Amazon's AI crawler is making my Git server unstable

AI/SEO Crawlers Overloading Servers

  • Many report similar issues: AI and SEO bots hammering sites, often to the point of high load or near‑DDoS, especially on git forges and dynamic code viewers.
  • Git/web UIs are a worst case: every commit, diff, blame view, and historical state becomes a crawlable URL, and bots naively follow “infinite” link graphs.
  • Some see certain bots (e.g., Bytespider, Amazonbot, Claude, GPT, Meta, Facebook) dominating traffic, occasionally exceeding all human traffic by orders of magnitude.

Robots.txt Behavior and Bot Identification

  • Several say AI bots “barely” respect robots.txt:
    • Some only honor directives when their exact user agent is named, ignoring wildcards.
    • Some ignore non-standard but commonly used directives like Crawl-delay.
  • Conflicting claims about specific bots:
    • Some logs show Amazonbot‑like UAs and reverse DNS; others argue user agents and rdns are trivially spoofed.
    • An Amazon employee states the described behavior (residential IPs, changing UAs, ignoring robots.txt) is unlikely to be legitimate Amazonbot and suggests treating it as malicious traffic.
  • Ambiguity remains over whether certain traffic is truly from big-company crawlers, botnets using residential proxies, or impersonators.

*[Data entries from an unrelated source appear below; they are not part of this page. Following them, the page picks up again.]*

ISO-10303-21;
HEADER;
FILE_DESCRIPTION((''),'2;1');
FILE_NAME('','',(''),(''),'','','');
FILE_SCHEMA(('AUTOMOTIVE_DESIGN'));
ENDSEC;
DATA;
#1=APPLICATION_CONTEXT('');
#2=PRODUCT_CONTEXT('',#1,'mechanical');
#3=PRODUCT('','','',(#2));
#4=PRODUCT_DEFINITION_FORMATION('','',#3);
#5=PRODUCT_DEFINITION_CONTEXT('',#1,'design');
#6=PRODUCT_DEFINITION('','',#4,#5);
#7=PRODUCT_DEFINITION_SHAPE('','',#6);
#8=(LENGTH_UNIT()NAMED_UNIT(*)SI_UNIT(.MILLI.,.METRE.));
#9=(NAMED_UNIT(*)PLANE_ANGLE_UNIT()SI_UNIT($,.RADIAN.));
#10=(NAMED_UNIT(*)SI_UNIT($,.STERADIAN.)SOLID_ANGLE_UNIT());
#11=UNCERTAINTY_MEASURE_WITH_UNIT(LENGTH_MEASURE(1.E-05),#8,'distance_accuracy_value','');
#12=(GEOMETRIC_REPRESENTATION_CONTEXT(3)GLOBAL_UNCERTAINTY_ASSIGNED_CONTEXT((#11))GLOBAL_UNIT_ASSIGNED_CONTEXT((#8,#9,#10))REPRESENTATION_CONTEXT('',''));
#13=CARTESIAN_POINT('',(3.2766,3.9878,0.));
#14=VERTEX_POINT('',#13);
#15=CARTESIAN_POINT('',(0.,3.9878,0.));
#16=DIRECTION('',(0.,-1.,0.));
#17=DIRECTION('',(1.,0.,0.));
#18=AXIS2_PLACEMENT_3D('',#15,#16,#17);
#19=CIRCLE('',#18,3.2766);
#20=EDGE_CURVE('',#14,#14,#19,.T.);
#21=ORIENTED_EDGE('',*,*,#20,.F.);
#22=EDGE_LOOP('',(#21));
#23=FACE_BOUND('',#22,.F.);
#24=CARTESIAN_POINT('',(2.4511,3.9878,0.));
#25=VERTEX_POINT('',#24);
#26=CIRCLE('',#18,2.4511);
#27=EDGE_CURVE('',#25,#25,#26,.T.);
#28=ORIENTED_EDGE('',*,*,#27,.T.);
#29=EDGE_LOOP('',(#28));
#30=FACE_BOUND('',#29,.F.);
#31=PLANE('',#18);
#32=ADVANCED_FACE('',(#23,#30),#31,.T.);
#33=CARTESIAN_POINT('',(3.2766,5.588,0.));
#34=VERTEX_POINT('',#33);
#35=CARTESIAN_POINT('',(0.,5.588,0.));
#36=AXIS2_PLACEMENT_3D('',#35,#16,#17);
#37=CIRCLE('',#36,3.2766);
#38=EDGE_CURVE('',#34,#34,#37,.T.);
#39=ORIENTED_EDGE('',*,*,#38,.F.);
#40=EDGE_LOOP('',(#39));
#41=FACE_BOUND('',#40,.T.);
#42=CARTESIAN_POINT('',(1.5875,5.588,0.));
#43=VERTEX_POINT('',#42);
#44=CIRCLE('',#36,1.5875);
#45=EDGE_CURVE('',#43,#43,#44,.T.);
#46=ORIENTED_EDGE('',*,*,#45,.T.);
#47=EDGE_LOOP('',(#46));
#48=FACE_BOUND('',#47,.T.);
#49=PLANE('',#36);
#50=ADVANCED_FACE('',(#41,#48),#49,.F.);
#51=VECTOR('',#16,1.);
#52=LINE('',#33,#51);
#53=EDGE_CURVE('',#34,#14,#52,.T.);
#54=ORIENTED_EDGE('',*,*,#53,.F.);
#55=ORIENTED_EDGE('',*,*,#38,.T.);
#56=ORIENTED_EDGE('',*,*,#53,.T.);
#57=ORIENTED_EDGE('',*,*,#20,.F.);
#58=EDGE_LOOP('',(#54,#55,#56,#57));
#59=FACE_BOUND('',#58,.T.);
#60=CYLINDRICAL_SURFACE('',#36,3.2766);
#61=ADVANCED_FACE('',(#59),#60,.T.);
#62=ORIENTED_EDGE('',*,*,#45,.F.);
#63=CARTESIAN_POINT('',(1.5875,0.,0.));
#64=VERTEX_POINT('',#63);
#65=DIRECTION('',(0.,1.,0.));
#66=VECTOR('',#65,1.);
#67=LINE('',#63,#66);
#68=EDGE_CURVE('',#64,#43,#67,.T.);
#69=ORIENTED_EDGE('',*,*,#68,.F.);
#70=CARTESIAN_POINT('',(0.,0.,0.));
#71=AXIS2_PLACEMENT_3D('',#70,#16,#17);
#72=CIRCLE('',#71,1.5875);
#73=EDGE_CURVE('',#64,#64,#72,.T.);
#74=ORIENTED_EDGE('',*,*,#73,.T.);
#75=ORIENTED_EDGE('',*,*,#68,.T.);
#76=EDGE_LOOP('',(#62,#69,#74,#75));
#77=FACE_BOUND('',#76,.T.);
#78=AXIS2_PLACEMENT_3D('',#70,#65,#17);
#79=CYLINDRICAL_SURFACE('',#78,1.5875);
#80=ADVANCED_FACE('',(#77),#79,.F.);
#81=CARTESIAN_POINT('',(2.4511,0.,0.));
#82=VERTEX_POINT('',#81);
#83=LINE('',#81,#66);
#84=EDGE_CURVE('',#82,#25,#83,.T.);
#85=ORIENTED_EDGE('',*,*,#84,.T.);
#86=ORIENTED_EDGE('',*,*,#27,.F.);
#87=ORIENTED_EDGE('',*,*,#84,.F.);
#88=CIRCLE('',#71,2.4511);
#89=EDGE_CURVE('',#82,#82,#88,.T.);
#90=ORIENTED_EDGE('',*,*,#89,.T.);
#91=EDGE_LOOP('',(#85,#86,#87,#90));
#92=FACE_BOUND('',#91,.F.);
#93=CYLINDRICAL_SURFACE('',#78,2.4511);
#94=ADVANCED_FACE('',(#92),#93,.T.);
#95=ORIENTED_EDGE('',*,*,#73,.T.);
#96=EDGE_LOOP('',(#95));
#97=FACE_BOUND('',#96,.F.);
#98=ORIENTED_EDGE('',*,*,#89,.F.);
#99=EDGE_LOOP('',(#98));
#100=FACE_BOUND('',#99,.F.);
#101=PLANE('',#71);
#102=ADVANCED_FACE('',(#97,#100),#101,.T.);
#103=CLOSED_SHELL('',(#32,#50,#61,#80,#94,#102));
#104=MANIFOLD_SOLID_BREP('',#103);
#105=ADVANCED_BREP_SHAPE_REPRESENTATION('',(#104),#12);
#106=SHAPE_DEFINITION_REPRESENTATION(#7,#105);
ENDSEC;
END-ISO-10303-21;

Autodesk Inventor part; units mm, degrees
ref_plane "YZ Plane" through (0, 0, 0) normal (1, 0, 0) x (0, 1, 0)
ref_plane "XZ Plane" through (0, 0, 0) normal (0, 1, 0) x (-1, 0, 0)
ref_plane "XY Plane" through (0, 0, 0) normal (0, 0, 1) x (1, 0, 0)
sketch "Sketch2" plane through (0, 0, 0) normal (0, 0, 1) x (1, 0, 0)
  line L0 (0, 0) -> (1.5875, 0)
  line L1 (0, 0) -> (1.5875, 0) construction
  line L2 (1.5875, 0) -> (1.5875, 5.588)
  line L3 (1.5875, 5.588) -> (0, 5.588)
  line L4 (0, 5.588) -> (3.2766, 5.588)
  line L5 (0, 0) -> (0, 3.9878)
  line L6 (0, 0) -> (3.9878, 0) construction
  line L7 (0, 3.9878) -> (3.2766, 3.9878)
  line L8 (0, 5.588) -> (0, 3.9878)
  line L9 (3.2766, 5.588) -> (3.2766, 3.9878)
  line L10 (0, 0) -> (2.4511, 0)
  line L11 (2.4511, 0) -> (2.4511, 3.9878)
  dimension "d0" = 1.5875
  dimension "d1" = 0
  dimension "d2" = 5.588
  dimension "d3" = 3.2766
  dimension "d4" = 3.9878
  dimension "d5" = 90
  dimension "d6" = 2.4511
revolve "Revolution1" add sketch "Sketch2" angle 360 about axis through (0, 5.588, 0) along (0, -1, 0) contours L2 L7 L11 L10 | L2 L4 L9 L7
properties part number "square eyelet"
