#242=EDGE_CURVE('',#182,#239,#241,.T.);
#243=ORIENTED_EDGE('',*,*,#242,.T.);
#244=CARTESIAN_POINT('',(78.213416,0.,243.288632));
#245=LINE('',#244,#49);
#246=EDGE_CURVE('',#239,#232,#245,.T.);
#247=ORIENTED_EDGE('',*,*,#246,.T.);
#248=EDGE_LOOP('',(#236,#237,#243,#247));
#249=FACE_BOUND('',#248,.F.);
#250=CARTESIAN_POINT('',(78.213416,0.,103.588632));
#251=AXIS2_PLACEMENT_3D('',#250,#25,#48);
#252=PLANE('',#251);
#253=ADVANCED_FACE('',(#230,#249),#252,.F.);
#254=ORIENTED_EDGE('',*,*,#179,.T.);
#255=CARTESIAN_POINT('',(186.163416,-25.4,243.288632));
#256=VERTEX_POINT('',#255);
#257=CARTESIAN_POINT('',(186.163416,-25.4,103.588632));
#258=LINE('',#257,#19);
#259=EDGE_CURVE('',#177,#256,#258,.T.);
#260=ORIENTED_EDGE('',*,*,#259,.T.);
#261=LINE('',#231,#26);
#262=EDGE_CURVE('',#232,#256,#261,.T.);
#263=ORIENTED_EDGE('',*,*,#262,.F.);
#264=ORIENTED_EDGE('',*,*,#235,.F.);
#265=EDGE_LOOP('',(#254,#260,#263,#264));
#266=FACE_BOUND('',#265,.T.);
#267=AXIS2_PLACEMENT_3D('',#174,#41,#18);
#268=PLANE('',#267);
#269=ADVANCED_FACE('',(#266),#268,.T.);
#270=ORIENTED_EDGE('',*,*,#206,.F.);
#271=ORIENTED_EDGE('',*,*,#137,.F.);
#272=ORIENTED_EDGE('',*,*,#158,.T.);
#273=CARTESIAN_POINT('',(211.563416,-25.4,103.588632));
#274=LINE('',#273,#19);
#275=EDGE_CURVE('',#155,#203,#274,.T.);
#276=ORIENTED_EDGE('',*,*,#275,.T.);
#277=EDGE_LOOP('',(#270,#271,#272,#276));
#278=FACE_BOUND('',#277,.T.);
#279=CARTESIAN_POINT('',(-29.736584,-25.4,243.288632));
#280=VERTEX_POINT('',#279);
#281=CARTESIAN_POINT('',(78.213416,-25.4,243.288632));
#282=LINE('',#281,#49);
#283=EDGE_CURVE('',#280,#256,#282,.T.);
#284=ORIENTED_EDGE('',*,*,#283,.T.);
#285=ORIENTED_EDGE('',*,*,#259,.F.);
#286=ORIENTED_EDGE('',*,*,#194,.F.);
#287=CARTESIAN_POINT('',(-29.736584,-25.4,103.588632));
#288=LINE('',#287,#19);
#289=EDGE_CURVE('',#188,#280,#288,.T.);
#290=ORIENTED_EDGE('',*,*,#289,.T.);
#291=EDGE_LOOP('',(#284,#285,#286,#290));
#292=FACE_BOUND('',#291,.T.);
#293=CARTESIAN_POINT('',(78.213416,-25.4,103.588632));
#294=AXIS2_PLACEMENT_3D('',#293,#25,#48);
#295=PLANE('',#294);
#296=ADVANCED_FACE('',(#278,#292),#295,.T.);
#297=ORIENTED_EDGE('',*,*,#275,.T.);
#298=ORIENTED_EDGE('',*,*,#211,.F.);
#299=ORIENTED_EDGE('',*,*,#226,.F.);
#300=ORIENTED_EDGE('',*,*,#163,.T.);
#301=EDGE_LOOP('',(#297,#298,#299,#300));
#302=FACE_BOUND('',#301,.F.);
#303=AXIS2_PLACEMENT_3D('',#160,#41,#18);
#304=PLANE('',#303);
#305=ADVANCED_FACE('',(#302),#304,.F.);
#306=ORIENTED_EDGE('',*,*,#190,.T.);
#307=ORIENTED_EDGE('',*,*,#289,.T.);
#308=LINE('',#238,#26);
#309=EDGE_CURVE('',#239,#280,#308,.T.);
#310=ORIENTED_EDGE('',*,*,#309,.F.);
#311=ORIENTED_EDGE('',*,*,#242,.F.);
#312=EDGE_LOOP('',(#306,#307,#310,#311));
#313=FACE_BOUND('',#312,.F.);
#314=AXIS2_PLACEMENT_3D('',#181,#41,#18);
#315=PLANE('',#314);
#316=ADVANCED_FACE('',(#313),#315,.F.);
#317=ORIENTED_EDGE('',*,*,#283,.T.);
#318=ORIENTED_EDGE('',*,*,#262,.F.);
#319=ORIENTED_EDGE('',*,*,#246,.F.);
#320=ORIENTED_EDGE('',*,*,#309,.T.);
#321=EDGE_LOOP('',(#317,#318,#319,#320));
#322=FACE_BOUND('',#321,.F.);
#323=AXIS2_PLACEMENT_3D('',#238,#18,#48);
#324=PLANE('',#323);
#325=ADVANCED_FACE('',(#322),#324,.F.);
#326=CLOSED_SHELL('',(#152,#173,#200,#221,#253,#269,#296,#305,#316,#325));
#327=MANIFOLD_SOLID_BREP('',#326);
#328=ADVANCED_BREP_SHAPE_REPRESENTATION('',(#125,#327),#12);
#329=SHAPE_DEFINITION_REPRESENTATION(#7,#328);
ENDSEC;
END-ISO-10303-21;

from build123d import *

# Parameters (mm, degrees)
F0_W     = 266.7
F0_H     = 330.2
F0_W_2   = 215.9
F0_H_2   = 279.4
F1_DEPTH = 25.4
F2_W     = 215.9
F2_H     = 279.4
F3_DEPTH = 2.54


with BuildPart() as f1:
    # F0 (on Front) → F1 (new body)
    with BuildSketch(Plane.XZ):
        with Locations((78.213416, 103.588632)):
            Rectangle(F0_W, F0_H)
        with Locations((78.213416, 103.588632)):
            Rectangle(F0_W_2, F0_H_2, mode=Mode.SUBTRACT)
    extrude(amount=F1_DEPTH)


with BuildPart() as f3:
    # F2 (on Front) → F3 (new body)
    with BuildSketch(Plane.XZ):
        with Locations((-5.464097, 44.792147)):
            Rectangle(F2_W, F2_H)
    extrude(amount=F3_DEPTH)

Technical Mitigations Proposed

  • Network-level:
    • Tarpits (e.g., iptables TARPIT, tools like Nepenthes) to slow abusive clients.
    • Rate limiting per user agent or bucket (Nginx limit_req examples), per IP, CIDR, or ASN.
    • Blocking known cloud IP ranges (AWS lists), though this risks collateral damage and fails against residential proxies.
  • Application-level:
    • Detailed robots.txt that explicitly names AI bots, using community-maintained lists.
    • Honeypot links disallowed in robots.txt: any client that fetches them gets banned.
    • Captchas or “anonymous login” gates for repo viewers; proof-of-work reverse proxies / Hashcash.
    • Static or pre‑obfuscated content to reduce compute load (e.g., content obfuscators, tarpit pages, zip bombs—though effectiveness is debated).
  • Service-level:
    • Putting sites behind Cloudflare or similar bot management/CDN layers, despite dislike of centralization.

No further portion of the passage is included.